Directions for this task: Once you find the line containing "f 466 467 377" in the data below, copy it and each following line exactly, up to and including the line containing "f 472 470 469", and nothing else.

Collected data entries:
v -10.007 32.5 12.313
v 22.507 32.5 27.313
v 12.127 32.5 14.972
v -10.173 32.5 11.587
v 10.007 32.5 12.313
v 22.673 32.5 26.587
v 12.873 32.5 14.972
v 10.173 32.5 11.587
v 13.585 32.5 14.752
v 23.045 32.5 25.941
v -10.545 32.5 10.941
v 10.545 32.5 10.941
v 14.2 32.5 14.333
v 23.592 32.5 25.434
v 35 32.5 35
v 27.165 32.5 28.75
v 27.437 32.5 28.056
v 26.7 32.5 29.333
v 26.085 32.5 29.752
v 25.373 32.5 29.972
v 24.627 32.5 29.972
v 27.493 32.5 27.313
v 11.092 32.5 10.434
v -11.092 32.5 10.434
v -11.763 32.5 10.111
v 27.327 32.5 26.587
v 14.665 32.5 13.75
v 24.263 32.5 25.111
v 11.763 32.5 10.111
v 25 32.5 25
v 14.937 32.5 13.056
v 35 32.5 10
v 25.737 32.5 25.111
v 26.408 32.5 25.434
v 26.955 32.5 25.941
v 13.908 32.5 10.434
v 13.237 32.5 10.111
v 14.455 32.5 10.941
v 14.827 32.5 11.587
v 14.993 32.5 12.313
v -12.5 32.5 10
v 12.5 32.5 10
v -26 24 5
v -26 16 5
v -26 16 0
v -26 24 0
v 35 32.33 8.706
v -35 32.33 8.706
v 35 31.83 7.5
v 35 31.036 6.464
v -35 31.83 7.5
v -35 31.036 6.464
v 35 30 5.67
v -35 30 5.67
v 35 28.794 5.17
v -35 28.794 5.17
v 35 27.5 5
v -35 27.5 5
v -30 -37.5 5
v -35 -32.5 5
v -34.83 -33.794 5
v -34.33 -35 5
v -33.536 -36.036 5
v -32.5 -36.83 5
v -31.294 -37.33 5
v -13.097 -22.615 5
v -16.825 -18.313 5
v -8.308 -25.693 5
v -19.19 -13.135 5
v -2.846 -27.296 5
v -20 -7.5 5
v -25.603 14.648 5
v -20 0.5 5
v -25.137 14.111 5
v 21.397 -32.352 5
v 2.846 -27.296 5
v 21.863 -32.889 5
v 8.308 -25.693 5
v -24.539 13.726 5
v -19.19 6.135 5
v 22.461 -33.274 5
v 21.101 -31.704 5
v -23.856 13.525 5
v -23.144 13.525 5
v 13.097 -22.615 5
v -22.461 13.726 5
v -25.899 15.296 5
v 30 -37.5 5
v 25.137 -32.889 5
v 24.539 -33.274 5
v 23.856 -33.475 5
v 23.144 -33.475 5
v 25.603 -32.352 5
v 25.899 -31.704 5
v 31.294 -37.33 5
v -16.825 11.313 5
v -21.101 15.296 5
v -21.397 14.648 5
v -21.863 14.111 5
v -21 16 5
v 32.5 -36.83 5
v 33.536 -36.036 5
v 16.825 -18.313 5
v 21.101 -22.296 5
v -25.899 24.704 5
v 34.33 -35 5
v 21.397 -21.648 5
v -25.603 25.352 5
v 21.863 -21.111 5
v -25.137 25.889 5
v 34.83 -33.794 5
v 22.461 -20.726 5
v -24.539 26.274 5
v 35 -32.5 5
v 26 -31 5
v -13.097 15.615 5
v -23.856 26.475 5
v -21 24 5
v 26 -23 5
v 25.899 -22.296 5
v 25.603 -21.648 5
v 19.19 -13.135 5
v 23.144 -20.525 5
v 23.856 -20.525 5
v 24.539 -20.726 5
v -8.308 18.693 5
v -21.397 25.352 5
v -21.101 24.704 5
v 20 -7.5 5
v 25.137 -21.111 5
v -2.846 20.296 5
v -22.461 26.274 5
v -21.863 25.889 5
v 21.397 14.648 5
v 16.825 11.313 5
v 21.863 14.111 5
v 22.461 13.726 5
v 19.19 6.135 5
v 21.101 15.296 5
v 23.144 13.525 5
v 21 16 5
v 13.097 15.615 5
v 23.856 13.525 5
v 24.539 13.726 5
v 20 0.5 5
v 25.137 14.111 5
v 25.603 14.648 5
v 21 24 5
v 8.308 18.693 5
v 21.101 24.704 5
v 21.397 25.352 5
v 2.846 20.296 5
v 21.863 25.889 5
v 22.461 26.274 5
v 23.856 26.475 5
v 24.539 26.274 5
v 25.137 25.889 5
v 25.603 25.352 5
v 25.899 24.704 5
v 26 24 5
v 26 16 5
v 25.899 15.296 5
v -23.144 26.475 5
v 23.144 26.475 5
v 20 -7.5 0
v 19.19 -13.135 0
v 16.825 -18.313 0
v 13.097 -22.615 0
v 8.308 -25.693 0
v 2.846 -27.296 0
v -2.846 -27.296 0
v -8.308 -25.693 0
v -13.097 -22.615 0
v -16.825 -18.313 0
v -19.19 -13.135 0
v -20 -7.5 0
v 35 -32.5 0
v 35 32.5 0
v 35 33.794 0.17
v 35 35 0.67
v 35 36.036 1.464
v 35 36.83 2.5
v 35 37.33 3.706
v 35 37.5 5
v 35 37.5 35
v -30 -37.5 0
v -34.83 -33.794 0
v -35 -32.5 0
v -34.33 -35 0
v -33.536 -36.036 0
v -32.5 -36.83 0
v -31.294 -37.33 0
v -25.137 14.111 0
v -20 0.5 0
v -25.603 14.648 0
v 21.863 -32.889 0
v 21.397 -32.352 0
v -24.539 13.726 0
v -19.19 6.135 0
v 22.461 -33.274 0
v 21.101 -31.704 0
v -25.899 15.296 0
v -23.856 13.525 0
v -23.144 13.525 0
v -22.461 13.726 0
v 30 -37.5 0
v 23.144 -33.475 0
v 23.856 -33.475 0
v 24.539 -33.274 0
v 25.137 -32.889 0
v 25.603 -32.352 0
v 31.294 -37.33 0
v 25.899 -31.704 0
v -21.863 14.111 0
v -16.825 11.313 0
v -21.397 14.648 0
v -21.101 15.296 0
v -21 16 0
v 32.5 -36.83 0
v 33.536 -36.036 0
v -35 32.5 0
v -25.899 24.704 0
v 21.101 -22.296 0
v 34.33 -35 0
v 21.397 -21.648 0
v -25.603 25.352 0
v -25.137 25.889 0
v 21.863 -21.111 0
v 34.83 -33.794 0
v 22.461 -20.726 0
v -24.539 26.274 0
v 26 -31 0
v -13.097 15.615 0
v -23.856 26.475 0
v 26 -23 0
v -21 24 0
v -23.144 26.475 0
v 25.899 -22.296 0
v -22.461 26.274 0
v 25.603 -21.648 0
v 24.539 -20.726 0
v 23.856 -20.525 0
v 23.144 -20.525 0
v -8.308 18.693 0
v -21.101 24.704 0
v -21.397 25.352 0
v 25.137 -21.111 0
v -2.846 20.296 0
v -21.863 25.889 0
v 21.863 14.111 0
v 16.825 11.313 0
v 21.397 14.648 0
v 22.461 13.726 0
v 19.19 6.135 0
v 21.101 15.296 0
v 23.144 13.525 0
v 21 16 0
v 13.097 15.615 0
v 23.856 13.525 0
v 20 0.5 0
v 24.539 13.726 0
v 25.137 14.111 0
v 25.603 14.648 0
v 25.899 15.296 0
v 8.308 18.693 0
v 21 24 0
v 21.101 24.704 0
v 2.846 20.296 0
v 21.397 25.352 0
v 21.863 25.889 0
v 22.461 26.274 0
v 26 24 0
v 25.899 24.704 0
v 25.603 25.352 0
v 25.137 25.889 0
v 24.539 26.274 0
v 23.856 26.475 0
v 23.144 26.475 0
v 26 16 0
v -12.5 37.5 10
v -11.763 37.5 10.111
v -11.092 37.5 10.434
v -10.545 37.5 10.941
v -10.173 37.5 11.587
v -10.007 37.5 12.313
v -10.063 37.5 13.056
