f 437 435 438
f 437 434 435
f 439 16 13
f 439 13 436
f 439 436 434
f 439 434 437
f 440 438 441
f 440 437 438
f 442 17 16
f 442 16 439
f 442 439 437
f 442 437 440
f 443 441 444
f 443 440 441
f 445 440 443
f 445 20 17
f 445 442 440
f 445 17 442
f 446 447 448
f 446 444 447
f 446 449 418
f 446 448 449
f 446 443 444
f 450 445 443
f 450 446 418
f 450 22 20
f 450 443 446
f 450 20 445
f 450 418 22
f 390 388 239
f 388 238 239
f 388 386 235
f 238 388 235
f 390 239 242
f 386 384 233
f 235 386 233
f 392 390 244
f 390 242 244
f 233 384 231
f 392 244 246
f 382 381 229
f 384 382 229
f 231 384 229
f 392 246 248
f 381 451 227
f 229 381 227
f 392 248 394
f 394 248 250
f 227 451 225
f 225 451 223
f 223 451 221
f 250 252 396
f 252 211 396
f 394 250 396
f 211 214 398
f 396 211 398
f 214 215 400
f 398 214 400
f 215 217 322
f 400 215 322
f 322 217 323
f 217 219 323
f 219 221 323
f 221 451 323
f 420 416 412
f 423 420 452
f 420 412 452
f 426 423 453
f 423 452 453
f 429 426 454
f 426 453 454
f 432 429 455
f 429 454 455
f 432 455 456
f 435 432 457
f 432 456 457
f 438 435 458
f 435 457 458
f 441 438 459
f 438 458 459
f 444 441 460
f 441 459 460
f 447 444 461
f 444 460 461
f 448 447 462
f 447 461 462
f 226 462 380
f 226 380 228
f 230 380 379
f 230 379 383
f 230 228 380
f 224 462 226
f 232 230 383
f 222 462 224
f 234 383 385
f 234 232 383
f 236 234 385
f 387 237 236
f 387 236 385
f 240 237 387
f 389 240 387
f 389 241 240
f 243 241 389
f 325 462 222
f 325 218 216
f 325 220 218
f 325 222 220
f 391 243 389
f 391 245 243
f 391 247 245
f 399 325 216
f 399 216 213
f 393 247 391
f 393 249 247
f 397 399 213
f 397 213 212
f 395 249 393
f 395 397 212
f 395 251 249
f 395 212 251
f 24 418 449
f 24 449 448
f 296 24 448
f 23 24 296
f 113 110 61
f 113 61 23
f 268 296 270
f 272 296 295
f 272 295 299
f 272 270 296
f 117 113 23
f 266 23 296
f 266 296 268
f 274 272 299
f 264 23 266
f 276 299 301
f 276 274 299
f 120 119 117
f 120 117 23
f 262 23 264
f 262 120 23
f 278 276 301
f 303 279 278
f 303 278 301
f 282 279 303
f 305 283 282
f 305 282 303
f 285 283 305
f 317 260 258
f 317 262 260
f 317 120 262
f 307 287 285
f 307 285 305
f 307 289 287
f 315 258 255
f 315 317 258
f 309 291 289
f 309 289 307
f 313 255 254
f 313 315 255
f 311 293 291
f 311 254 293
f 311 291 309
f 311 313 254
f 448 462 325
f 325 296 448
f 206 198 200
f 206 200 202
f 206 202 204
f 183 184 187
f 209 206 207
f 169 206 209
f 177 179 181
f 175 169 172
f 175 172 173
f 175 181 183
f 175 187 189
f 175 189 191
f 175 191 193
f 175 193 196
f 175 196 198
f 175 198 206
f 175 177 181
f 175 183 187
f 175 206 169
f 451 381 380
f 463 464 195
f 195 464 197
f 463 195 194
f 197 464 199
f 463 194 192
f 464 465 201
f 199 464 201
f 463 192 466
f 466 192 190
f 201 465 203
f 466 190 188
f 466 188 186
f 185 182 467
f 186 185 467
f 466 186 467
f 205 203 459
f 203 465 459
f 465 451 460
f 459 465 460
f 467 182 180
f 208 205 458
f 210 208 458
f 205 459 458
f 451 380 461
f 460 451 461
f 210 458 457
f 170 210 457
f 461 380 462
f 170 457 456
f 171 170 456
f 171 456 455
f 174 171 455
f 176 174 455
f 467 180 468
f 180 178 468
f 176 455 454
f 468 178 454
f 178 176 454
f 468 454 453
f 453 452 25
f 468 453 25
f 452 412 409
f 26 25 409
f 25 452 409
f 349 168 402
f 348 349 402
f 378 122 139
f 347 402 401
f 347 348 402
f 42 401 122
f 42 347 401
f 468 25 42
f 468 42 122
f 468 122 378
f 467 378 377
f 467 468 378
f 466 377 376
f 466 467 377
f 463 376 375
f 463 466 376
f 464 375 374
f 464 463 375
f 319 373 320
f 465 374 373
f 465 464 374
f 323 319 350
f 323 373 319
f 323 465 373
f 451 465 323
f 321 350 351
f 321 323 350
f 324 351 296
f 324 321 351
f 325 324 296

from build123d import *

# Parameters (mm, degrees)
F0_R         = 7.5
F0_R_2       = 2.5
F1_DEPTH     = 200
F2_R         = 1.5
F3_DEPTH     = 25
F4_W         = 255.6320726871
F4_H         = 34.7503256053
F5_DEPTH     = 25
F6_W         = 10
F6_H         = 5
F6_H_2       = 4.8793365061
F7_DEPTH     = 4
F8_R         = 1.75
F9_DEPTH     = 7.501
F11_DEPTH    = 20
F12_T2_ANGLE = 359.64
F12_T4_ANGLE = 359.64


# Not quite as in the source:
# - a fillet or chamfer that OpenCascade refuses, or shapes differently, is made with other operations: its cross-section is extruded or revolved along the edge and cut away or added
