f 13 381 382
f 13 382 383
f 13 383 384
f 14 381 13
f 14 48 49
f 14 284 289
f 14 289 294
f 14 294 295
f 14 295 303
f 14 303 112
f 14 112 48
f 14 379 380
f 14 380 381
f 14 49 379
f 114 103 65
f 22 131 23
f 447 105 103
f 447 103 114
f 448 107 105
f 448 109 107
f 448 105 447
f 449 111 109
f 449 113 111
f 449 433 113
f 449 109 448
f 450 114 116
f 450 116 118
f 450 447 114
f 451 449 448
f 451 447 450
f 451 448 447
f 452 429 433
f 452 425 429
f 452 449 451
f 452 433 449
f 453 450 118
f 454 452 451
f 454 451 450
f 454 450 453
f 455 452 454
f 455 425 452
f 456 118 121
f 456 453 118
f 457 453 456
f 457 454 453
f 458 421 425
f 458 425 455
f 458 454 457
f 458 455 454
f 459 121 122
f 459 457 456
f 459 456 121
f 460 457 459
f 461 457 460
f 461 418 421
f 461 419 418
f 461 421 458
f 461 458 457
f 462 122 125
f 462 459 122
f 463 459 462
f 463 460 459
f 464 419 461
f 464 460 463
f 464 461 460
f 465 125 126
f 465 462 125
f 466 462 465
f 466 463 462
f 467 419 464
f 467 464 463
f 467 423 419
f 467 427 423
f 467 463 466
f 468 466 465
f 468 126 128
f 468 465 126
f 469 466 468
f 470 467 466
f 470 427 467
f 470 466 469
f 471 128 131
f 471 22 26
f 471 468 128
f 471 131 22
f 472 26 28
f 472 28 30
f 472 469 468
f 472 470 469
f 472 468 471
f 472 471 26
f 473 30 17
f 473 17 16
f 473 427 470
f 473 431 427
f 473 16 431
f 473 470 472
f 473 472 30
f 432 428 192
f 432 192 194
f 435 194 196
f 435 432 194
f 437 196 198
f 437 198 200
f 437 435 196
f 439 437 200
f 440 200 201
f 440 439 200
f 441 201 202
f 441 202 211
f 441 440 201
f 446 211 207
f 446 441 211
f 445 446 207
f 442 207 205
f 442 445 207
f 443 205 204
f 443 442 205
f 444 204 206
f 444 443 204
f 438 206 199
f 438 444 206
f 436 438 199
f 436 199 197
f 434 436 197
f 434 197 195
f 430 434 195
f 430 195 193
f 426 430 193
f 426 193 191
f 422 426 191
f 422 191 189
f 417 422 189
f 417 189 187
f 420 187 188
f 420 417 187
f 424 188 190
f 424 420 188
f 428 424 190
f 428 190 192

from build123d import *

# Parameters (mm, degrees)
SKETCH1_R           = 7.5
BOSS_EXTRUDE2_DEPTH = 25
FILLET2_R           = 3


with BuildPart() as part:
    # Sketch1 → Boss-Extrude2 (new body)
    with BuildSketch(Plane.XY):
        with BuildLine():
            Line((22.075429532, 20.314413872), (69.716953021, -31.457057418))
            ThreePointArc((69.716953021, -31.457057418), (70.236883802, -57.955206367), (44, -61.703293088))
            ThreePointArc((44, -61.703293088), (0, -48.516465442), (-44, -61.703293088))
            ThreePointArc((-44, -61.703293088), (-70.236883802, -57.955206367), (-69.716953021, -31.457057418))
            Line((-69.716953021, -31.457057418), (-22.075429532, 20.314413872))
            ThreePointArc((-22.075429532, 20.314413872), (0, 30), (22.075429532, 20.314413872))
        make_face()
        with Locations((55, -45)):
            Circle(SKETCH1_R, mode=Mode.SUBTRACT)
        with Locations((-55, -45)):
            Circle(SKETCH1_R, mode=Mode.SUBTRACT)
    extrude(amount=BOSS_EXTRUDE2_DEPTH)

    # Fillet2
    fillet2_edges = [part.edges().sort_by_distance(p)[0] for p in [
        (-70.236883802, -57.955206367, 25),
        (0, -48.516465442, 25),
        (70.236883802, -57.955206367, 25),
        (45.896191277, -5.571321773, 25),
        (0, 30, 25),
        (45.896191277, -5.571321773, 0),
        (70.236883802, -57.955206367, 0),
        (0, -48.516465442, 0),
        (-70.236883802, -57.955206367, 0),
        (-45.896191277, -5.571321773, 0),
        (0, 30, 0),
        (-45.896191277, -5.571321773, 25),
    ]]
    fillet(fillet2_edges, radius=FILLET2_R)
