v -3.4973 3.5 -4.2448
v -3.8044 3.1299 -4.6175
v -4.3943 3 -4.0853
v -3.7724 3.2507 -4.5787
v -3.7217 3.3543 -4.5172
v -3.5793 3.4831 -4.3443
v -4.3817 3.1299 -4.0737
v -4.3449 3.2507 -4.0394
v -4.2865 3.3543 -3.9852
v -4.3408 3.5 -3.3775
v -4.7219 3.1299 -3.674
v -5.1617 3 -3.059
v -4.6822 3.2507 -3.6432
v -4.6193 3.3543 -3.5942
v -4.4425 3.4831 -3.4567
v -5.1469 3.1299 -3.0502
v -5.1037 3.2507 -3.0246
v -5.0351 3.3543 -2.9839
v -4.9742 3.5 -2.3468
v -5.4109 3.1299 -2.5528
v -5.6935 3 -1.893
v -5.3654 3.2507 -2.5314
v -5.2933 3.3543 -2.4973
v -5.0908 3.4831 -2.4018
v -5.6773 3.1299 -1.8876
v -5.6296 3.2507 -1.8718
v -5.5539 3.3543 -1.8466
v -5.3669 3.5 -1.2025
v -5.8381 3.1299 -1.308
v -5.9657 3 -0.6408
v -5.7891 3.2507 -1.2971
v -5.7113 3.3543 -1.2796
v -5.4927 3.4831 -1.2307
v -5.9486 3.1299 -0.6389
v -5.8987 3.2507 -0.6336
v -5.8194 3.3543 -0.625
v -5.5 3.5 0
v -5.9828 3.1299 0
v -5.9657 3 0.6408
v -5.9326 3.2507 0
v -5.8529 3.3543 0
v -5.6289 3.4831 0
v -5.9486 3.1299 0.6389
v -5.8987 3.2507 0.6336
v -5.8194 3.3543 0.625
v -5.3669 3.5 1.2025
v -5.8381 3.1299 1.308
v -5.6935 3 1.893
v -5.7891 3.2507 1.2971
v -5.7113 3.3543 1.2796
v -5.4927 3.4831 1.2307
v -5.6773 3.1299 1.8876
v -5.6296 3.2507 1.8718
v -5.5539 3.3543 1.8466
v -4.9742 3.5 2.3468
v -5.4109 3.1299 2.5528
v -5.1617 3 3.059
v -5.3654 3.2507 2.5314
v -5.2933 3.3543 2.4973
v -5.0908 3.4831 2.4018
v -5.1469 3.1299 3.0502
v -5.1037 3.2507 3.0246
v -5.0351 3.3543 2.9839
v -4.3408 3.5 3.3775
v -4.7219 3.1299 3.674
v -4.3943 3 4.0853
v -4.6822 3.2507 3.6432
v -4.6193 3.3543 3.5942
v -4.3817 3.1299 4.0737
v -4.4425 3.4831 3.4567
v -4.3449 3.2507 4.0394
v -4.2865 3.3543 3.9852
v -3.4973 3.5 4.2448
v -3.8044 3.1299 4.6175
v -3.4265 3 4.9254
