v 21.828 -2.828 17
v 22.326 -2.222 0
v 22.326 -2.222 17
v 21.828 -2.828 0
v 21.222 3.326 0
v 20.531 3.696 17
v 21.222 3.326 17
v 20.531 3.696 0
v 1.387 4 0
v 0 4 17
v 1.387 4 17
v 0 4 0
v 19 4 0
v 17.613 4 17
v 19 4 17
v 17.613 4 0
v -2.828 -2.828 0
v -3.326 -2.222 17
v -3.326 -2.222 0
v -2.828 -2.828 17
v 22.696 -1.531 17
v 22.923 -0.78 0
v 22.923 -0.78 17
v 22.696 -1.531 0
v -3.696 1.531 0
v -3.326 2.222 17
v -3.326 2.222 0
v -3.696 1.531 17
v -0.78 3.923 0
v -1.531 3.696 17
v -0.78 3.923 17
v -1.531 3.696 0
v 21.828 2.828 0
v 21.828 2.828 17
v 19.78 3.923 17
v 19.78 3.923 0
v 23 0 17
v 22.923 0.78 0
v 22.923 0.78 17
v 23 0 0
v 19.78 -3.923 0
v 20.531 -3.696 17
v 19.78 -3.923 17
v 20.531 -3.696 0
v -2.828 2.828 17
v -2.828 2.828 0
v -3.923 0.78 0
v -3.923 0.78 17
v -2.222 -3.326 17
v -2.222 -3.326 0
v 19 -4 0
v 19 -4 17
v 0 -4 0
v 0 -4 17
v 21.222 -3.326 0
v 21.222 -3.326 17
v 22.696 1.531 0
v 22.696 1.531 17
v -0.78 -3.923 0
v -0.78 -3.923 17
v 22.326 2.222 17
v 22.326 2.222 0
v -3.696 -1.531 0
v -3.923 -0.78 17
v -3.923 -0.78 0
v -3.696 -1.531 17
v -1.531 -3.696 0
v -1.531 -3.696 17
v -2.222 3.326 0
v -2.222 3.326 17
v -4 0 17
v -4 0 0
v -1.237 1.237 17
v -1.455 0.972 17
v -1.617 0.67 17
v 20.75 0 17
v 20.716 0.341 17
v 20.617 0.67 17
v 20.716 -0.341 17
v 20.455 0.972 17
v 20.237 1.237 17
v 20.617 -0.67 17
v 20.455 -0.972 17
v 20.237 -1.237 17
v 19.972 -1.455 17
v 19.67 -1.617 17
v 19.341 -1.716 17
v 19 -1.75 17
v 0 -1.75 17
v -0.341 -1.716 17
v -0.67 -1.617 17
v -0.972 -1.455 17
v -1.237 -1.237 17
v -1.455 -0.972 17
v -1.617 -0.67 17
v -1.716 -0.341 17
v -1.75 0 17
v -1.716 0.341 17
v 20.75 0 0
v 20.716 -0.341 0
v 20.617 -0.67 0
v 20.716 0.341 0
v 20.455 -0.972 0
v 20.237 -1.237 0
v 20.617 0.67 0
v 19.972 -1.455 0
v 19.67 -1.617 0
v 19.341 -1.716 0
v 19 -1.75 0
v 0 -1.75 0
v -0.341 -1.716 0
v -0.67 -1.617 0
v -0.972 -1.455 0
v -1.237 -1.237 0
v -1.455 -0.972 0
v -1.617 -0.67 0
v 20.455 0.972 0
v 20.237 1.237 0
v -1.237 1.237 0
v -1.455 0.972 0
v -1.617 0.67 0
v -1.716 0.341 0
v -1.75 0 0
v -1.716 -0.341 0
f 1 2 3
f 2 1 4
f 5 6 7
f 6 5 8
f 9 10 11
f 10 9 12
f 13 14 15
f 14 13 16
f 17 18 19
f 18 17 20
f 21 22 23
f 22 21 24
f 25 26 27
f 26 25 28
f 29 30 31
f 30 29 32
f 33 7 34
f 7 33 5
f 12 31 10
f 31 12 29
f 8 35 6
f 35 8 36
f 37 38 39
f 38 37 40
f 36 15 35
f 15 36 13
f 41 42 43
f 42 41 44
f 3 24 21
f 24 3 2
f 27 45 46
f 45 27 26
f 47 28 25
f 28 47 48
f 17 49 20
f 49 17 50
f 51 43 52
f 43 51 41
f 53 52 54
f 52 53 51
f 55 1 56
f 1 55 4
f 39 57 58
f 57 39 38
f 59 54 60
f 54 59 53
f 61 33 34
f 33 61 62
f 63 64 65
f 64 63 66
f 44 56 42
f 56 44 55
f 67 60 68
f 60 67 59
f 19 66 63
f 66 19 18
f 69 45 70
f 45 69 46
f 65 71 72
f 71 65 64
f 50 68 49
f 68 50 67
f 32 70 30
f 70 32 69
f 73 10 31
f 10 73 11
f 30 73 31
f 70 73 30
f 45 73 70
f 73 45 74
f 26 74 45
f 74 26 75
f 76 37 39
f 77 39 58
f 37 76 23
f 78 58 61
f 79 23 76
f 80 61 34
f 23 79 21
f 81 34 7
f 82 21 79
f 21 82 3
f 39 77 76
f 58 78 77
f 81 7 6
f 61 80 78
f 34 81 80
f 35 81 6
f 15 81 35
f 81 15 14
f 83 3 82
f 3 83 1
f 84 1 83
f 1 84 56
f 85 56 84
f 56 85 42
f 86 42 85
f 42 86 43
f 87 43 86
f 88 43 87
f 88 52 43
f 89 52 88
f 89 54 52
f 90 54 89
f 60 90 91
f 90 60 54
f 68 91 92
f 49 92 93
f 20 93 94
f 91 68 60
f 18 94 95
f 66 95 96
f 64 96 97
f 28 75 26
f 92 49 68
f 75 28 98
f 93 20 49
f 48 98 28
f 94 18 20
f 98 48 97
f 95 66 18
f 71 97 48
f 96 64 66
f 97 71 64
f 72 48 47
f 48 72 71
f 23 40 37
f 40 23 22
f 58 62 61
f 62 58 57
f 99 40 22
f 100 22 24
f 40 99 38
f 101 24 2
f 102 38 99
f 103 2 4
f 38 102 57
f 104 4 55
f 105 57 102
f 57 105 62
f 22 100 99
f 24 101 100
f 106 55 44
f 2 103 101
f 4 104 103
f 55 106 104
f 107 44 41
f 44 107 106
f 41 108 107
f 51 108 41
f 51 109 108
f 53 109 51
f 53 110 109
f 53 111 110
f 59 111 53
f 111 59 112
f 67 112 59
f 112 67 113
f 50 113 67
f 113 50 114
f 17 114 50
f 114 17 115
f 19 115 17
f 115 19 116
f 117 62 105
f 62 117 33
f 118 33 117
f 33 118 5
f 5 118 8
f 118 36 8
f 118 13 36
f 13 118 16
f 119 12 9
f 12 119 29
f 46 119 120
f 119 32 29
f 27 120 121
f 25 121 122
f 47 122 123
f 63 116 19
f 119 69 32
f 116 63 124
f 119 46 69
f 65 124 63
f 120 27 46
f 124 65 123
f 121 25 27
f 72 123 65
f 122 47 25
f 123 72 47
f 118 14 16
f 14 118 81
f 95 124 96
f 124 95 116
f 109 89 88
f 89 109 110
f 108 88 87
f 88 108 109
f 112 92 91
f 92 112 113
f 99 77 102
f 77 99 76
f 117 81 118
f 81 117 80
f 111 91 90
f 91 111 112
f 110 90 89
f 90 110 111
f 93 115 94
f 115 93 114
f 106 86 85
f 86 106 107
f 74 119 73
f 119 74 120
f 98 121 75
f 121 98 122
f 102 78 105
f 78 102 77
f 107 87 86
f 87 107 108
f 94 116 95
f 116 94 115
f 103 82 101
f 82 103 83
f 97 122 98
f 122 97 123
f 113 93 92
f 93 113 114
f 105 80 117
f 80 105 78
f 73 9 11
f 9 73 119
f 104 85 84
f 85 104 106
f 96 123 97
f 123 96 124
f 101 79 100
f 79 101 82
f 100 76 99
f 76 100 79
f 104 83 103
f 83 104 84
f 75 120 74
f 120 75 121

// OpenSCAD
$fn=32;
distancia=19;
difference(){
hull(){
cylinder(r=8/2,17);
translate([distancia,0,0])cylinder(r=8/2,17);
}
translate([0,0,-2])
hull(){
cylinder(r=3.5/2,20);
translate([distancia,0,0])cylinder(r=3.5/2,20);
translate([distancia/2,10,0])cylinder(r=3.5/2,20);
}
}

Solution:
f 466 467 377
f 463 376 375
f 463 466 376
f 464 375 374
f 464 463 375
f 319 373 320
f 465 374 373
f 465 464 374
f 323 319 350
f 323 373 319
f 323 465 373
f 451 465 323
f 321 350 351
f 321 323 350
f 324 351 296
f 324 321 351
f 325 324 296

from build123d import *

# Parameters (mm, degrees)
F0_R         = 7.5
F0_R_2       = 2.5
F1_DEPTH     = 200
F2_R         = 1.5
F3_DEPTH     = 25
F4_W         = 255.6320726871
F4_H         = 34.7503256053
F5_DEPTH     = 25
F6_W         = 10
F6_H         = 5
F6_H_2       = 4.8793365061
F7_DEPTH     = 4
F8_R         = 1.75
F9_DEPTH     = 7.501
F11_DEPTH    = 20
F12_T2_ANGLE = 359.64
F12_T4_ANGLE = 359.64


# Not quite as in the source:
# - a fillet or chamfer that OpenCascade refuses, or shapes differently, is made with other operations: its cross-section is extruded or revolved along the edge and cut away or added
f 13 381 382
f 13 382 383
f 13 383 384
f 14 381 13
f 14 48 49
f 14 284 289
f 14 289 294
f 14 294 295
f 14 295 303
f 14 303 112
f 14 112 48
f 14 379 380
f 14 380 381
f 14 49 379
f 114 103 65
f 22 131 23
f 447 105 103
f 447 103 114
f 448 107 105
f 448 109 107
f 448 105 447
f 449 111 109
f 449 113 111
f 449 433 113
f 449 109 448
f 450 114 116
f 450 116 118
f 450 447 114
f 451 449 448
f 451 447 450
f 451 448 447
f 452 429 433
f 452 425 429
f 452 449 451
f 452 433 449
f 453 450 118
f 454 452 451
f 454 451 450
f 454 450 453
f 455 452 454
f 455 425 452
f 456 118 121
f 456 453 118
f 457 453 456
f 457 454 453
f 458 421 425
f 458 425 455
f 458 454 457
f 458 455 454
f 459 121 122
f 459 457 456
f 459 456 121
f 460 457 459
f 461 457 460
f 461 418 421
f 461 419 418
f 461 421 458
f 461 458 457
f 462 122 125
f 462 459 122
f 463 459 462
f 463 460 459
f 464 419 461
f 464 460 463
f 464 461 460
f 465 125 126
f 465 462 125
f 466 462 465
f 466 463 462
f 467 419 464
f 467 464 463
f 467 423 419
f 467 427 423
f 467 463 466
f 468 466 465
f 468 126 128
f 468 465 126
f 469 466 468
f 470 467 466
f 470 427 467
f 470 466 469
f 471 128 131
f 471 22 26
f 471 468 128
f 471 131 22
f 472 26 28
f 472 28 30
f 472 469 468
f 472 470 469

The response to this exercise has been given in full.